年45万円の出費!本当にヤバい実家の相続

年末の帰省で、親と話すべき3つのこと

空き家になった実家を維持するためには、さまざまなお金がかかります(写真:yokotaro / PIXTA)
近年、「実家」にまつわる問題で悩む人が増えている。親の死後、残された実家や土地の処分で慌てないためにできること、しておくべきことは何か。『実家の処分で困らないために今すぐ知っておきたいこと』(かんき出版)著者で、不動産全般のコンサルティングを行う一方、一般社団法人相続支援士協会の理事を務める不動産売買のエキスパートである筆者が、実家にまつわる悩みを解決すべくアドバイスする。

 

実家の管理で年間45万円!Sさんのケース

年間45万円。

これは、東京都に住んでいるSさんが、長野県長野市にある、誰も継ぐ人がおらず、空き家になってしまった築40年の実家を維持するために毎年使っているお金です。

内訳を見てみましょう。

・固定資産税:3.5万円
・住民税(均等割のみ):0.5万円
・火災保険:2万円
・電気・水道代:4万円
・町内会費:1万円
・草刈り:3万円
・雪下ろし(年3回・排雪費用含む):18万円
・交通費(夫婦2人で年4回):13万円
 年間合計:45万円

 

Sさんは、都内の会社に勤めている50代のサラリーマン。妻と、大学3年生の娘、高校2年生の息子の4人家族です。30代で、東京郊外のベッドタウンにマンションを購入し、現在そこで生活しています。

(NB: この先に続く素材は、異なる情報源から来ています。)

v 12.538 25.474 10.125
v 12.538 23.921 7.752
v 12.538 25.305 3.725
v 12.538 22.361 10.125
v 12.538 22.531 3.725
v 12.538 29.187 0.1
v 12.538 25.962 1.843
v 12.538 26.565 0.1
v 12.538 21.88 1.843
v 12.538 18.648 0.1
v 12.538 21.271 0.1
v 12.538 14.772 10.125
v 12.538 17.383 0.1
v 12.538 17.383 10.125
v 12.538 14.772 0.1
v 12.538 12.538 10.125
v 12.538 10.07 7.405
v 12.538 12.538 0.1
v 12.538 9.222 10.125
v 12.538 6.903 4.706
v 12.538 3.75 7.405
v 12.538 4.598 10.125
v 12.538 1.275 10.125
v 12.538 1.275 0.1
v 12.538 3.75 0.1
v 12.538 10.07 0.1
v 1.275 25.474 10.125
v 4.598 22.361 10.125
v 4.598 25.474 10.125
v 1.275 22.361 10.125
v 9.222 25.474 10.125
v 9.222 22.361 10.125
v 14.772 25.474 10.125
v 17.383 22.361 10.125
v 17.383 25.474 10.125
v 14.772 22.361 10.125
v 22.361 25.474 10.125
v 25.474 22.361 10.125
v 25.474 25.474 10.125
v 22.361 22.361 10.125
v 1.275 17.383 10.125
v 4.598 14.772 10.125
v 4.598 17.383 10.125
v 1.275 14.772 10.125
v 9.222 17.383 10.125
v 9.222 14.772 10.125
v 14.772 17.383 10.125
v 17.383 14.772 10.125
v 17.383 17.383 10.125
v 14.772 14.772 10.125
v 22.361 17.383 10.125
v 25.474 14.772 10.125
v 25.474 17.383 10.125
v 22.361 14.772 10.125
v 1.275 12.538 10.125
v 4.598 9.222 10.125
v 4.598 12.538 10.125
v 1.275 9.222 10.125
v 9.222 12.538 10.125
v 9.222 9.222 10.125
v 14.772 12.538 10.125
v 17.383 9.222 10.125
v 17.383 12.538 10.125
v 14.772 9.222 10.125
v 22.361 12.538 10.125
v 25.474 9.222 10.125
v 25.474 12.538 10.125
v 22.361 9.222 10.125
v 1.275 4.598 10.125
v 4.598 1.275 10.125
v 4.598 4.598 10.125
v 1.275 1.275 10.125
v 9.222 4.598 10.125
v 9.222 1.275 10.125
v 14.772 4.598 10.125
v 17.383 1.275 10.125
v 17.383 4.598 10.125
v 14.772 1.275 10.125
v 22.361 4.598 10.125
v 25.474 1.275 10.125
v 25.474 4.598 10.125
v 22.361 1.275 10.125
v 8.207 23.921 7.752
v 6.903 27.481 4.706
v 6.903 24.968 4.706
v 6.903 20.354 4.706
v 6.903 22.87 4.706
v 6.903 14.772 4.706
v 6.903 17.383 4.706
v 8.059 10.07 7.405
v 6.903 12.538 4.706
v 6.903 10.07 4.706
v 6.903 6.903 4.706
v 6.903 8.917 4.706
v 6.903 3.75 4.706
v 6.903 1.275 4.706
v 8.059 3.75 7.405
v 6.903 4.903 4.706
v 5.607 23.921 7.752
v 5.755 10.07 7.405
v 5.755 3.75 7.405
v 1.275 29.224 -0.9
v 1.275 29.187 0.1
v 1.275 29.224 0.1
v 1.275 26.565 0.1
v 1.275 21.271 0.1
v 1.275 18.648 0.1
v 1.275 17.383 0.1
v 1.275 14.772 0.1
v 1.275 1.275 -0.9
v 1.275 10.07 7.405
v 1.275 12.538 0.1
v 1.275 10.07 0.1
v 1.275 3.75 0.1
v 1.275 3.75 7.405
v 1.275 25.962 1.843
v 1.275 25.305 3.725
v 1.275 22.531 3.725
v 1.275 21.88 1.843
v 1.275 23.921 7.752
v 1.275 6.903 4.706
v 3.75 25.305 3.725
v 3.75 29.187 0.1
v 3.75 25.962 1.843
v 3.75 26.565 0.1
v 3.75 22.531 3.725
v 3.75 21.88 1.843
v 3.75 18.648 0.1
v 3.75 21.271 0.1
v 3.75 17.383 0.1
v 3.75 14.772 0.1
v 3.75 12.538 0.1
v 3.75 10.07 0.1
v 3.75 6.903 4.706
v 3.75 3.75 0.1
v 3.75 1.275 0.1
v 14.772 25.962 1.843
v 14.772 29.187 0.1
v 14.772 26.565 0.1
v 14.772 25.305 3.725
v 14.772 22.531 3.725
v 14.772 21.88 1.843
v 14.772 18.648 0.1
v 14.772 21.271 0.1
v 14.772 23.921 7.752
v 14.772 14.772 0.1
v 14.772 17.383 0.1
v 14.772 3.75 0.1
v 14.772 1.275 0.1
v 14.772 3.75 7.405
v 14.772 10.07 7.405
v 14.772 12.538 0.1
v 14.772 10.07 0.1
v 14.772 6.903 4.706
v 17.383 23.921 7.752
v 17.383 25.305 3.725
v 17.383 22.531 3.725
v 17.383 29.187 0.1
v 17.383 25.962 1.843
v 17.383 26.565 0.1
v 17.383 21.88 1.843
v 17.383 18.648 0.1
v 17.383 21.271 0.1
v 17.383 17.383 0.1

Sさんは、7年前に父を、3年前に母を亡くしました。Sさんには、弟と妹がいるのですが、2人とも結婚し、弟は東京に、妹は旦那さんの仕事の都合で福岡に住んでいます。

母が亡くなったとき、長野市の実家と、1000万円の現金をきょうだいで相続したのですが、Sさんは長男ということもあり、実家を相続することになりました。

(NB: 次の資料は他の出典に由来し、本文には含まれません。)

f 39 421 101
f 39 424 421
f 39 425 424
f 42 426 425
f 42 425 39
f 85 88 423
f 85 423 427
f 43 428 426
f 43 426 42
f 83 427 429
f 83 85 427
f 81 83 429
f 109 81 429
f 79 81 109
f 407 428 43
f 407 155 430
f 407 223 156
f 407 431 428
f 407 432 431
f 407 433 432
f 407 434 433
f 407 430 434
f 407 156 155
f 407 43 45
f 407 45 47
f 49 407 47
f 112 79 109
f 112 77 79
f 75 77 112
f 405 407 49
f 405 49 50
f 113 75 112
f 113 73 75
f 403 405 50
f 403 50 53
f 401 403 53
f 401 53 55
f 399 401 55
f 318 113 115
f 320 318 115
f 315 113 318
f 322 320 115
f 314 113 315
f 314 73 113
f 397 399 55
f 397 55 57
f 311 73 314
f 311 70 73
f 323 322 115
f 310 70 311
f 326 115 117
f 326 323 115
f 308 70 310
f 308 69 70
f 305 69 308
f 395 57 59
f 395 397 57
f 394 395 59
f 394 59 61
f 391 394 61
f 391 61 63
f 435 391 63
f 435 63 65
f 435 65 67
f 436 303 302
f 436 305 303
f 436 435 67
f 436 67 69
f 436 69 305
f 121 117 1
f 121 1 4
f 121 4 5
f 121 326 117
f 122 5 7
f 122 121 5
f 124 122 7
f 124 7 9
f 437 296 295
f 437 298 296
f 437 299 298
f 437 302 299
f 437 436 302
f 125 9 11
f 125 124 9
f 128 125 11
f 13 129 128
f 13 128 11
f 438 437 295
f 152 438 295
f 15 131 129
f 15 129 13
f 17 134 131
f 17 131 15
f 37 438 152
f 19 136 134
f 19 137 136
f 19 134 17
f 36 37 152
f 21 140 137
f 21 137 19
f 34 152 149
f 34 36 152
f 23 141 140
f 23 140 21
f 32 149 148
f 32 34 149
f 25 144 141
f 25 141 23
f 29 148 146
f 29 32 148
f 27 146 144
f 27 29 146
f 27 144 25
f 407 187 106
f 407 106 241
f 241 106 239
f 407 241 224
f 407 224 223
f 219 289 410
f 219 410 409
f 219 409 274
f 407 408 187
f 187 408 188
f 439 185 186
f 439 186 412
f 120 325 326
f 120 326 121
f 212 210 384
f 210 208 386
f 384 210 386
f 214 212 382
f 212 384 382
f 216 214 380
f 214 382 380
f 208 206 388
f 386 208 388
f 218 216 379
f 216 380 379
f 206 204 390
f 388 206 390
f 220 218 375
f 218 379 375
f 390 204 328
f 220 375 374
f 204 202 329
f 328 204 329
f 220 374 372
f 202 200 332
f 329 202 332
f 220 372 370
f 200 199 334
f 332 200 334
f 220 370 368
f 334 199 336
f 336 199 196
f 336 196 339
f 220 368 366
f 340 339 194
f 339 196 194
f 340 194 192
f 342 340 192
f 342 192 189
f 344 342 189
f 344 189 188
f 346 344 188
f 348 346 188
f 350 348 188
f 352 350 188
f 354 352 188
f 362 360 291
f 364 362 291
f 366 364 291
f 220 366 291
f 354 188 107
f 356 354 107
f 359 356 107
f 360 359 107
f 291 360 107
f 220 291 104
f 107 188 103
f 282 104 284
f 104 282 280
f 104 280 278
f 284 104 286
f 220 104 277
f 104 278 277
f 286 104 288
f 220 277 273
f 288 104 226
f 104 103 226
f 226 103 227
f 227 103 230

相続した当初は、実家を売りに出そうとも考えたのですが、両親との思い出が詰まった家をお金に換えることに後ろめたさを感じ、なんとなくそのまま所有し続けています。

とはいえ、何もせず、放っておくと庭に草は生い茂り、家はあっという間に朽ち果ててしまいます。近所の人や親戚の目もあるため、Sさんはいまでも奥さんとともに、3カ月に1回実家を訪れ、空気の入れ替えや掃除、庭の草刈りをしています。

東京駅から長野駅までの新幹線代は、片道約8000円。夫婦2人で往復すると、それだけで3万2000円にもなります。これが年間4回で約13万円です。

もちろん、実家を維持するためにはこのほかに、固定資産税や住民税の均等割(家を所有することでかかる住民税)、火災保険、光熱費(掃除や宿泊のために必要)、冬場の雪下ろし費用など、さまざまなお金がかかります。